(SUPPLIED DATA Opens)

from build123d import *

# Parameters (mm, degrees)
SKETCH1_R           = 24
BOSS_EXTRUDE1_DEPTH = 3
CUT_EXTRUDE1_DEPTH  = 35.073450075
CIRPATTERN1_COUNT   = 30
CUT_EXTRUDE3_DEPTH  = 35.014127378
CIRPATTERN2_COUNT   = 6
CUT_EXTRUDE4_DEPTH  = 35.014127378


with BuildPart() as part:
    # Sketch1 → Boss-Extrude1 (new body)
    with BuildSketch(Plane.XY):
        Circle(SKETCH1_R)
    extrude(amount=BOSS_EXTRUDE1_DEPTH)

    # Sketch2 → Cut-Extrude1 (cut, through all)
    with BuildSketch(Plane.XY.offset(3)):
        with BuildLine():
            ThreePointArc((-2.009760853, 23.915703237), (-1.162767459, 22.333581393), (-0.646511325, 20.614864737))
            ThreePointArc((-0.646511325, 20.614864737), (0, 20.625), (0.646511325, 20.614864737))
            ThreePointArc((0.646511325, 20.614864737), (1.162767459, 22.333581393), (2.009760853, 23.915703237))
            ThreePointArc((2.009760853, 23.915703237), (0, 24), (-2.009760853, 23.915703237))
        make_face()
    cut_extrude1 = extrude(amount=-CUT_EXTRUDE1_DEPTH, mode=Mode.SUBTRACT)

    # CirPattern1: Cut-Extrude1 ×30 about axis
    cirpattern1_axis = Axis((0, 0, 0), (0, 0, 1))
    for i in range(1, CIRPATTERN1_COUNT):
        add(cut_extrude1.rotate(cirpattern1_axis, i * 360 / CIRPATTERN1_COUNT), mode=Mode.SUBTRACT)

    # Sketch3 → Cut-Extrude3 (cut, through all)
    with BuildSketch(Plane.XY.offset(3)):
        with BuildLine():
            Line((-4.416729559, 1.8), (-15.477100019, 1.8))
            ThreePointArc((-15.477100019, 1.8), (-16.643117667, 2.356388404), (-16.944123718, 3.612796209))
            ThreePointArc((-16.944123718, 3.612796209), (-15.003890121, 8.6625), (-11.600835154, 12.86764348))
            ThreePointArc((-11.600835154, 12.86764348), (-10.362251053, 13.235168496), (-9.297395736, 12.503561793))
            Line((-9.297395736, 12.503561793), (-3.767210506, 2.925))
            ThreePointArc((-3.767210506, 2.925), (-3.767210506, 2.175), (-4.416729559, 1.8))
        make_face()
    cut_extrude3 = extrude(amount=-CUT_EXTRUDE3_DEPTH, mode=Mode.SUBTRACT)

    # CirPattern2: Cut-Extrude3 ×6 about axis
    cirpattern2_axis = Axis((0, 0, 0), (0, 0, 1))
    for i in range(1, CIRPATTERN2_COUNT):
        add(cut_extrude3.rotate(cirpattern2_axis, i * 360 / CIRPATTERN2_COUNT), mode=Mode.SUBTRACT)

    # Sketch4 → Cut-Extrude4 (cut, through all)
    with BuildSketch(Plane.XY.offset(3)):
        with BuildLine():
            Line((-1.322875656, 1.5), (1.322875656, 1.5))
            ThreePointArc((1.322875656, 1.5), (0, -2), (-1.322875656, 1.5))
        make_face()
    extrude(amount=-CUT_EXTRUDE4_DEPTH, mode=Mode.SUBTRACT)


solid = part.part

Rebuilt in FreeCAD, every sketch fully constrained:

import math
import FreeCAD as App
import Part
import Sketcher

V = App.Vector
Q = App.Units.Quantity

doc = App.newDocument("Part")
body = doc.addObject("PartDesign::Body", "Body")

# Sketch on XY plane
sketch1 = doc.addObject("Sketcher::SketchObject", "Sketch")
body.addObject(sketch1)
sketch1.AttachmentSupport = (doc.XY_Plane, [""])
sketch1.MapMode = "FlatFace"
sketch1.addGeometry(Part.Circle(V(0, 0, 0), V(0, 0, 1), 24), False)
sketch1.addConstraint([
    Sketcher.Constraint("Coincident", 0, 3, -1, 1),
    Sketcher.Constraint("Diameter", 0, Q("48 mm")),
])
pad1 = doc.addObject("PartDesign::Pad", "Pad")
body.addObject(pad1)
pad1.Profile = sketch1
pad1.Length = 3

# Sketch on XY plane
sketch2 = doc.addObject("Sketcher::SketchObject", "Sketch001")
body.addObject(sketch2)
sketch2.AttachmentSupport = (doc.XY_Plane, [""])
sketch2.MapMode = "FlatFace"
sketch2.AttachmentOffset = App.Placement(V(0, 0, 3), App.Rotation())
sketch2.addGeometry([
    Part.ArcOfCircle(Part.Circle(V(-9.5, 18.9, 0), V(0, 0, 1), 9), math.radians(11), math.radians(34)),
    Part.ArcOfCircle(Part.Circle(V(0, 0, 0), V(0, 0, 1), 20.6), math.radians(88.2), math.radians(91.8)),
    Part.ArcOfCircle(Part.Circle(V(9.5, 18.9, 0), V(0, 0, 1), 9), math.radians(146), math.radians(169)),
    Part.ArcOfCircle(Part.Circle(V(0, 0, 0), V(0, 0, 1), 24), math.radians(85.2), math.radians(94.8)),
], False)
sketch2.addConstraint([
    Sketcher.Constraint("Coincident", 0, 1, 1, 2),
    Sketcher.Constraint("Coincident", 1, 1, 2, 2),
    Sketcher.Constraint("Coincident", 2, 1, 3, 1),
    Sketcher.Constraint("Coincident", 3, 2, 0, 2),
    Sketcher.Constraint("Coincident", 1, 3, -1, 1),
    Sketcher.Constraint("Coincident", 3, 3, -1, 1),
    Sketcher.Constraint("Equal", 0, 2),
    Sketcher.Constraint("Symmetric", 0, 3, 2, 3, -2),
    Sketcher.Constraint("Radius", 0, Q("9 mm")),
    Sketcher.Constraint("Radius", 3, Q("24 mm")),
    Sketcher.Constraint("Radius", 1, Q("20.625001 mm")),
    Sketcher.Constraint("DistanceX", 0, 1, -1, 1, Q("0.646511 mm")),
    Sketcher.Constraint("DistanceX", -1, 1, 2, 1, Q("2.009761 mm")),
])
pocket1 = doc.addObject("PartDesign::Pocket", "Pocket")
body.addObject(pocket1)
pocket1.Profile = sketch2
pocket1.Type = "ThroughAll"
doc.recompute()

polarpattern = doc.addObject("PartDesign::PolarPattern", "PolarPattern")
body.addObject(polarpattern)
polarpattern.Originals = [pocket1]
polarpattern.Axis = (doc.Z_Axis, [""])
polarpattern.Angle = 360
polarpattern.Occurrences = 30
body.Tip = polarpattern

# Sketch on XY plane
sketch3 = doc.addObject("Sketcher::SketchObject", "Sketch002")
body.addObject(sketch3)
sketch3.AttachmentSupport = (doc.XY_Plane, [""])
sketch3.MapMode = "FlatFace"
sketch3.AttachmentOffset = App.Placement(V(0, 0, 3), App.Rotation())
sketch3.addGeometry([
    Part.LineSegment(V(-15.5, 1.8, 0), V(-4.4, 1.8, 0)),  # 0
    Part.ArcOfCircle(Part.Circle(V(-4.4, 2.5, 0), V(0, 0, 1), 0.8), math.radians(-90), math.radians(30)),  # 1
    Part.LineSegment(V(-3.8, 2.9, 0), V(-9.3, 12.5, 0)),  # 2
    Part.ArcOfCircle(Part.Circle(V(-10.6, 11.8, 0), V(0, 0, 1), 1.5), math.radians(30), math.radians(132)),  # 3
    Part.ArcOfCircle(Part.Circle(V(0, 0, 0), V(0, 0, 1), 17.3), math.radians(132), math.radians(168)),  # 4
    Part.ArcOfCircle(Part.Circle(V(-15.5, 3.3, 0), V(0, 0, 1), 1.5), math.radians(168), math.radians(270)),  # 5
], False)
sketch3.addConstraint([
    Sketcher.Constraint("Tangent", 0, 2, 1, 1),
    Sketcher.Constraint("Tangent", 1, 2, 2, 1),
    Sketcher.Constraint("Tangent", 2, 2, 3, 1),
    Sketcher.Constraint("Tangent", 3, 2, 4, 1),
    Sketcher.Constraint("Tangent", 4, 2, 5, 1),
    Sketcher.Constraint("Tangent", 5, 2, 0, 1),
    Sketcher.Constraint("Horizontal", 0),
    Sketcher.Constraint("Coincident", 4, 3, -1, 1),
    Sketcher.Constraint("Equal", 3, 5),
    Sketcher.Constraint("Radius", 3, Q("1.5 mm")),
    Sketcher.Constraint("Angle", 2, Q("120 deg")),
    Sketcher.Constraint("Radius", 1, Q("0.75 mm")),
    Sketcher.Constraint("Radius", 4, Q("17.325 mm")),
    Sketcher.Constraint("DistanceY", -1, 1, 5, 3, Q("3.3 mm")),
    Sketcher.Constraint("DistanceX", 0, 1, 0, 2, Q("11.06037 mm")),
])
pocket2 = doc.addObject("PartDesign::Pocket", "Pocket001")
body.addObject(pocket2)
pocket2.Profile = sketch3
pocket2.Type = "ThroughAll"
doc.recompute()

polarpattern2 = doc.addObject("PartDesign::PolarPattern", "PolarPattern001")
body.addObject(polarpattern2)
polarpattern2.Originals = [pocket2]
polarpattern2.Axis = (doc.Z_Axis, [""])
polarpattern2.Angle = 360
polarpattern2.Occurrences = 6
body.Tip = polarpattern2

# Sketch on XY plane
sketch4 = doc.addObject("Sketcher::SketchObject", "Sketch003")
body.addObject(sketch4)
sketch4.AttachmentSupport = (doc.XY_Plane, [""])
sketch4.MapMode = "FlatFace"
sketch4.AttachmentOffset = App.Placement(V(0, 0, 3), App.Rotation())
sketch4.addGeometry([
    Part.LineSegment(V(1.3, 1.5, 0), V(-1.3, 1.5, 0)),
    Part.ArcOfCircle(Part.Circle(V(0, 0, 0), V(0, 0, 1), 2), math.radians(131), math.radians(409)),
], False)
sketch4.addConstraint([
    Sketcher.Constraint("Coincident", 0, 1, 1, 2),
    Sketcher.Constraint("Coincident", 1, 1, 0, 2),
    Sketcher.Constraint("Horizontal", 0),
    Sketcher.Constraint("Coincident", 1, 3, -1, 1),
    Sketcher.Constraint("Radius", 1, Q("2 mm")),
    Sketcher.Constraint("DistanceY", -1, 1, 0, 1, Q("1.5 mm")),
])
pocket3 = doc.addObject("PartDesign::Pocket", "Pocket002")
body.addObject(pocket3)
pocket3.Profile = sketch4
pocket3.Type = "ThroughAll"

doc.recompute()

(SUPPLIED DATA Closes)

* _TASK GOAL_: Using the records above, copy word for word the line with "solid = part.part", the line with "Rebuilt in FreeCAD, every", and every line between them.

* _RESULT OF THIS EXERCISE_:
solid = part.part

Rebuilt in FreeCAD, every sketch fully constrained:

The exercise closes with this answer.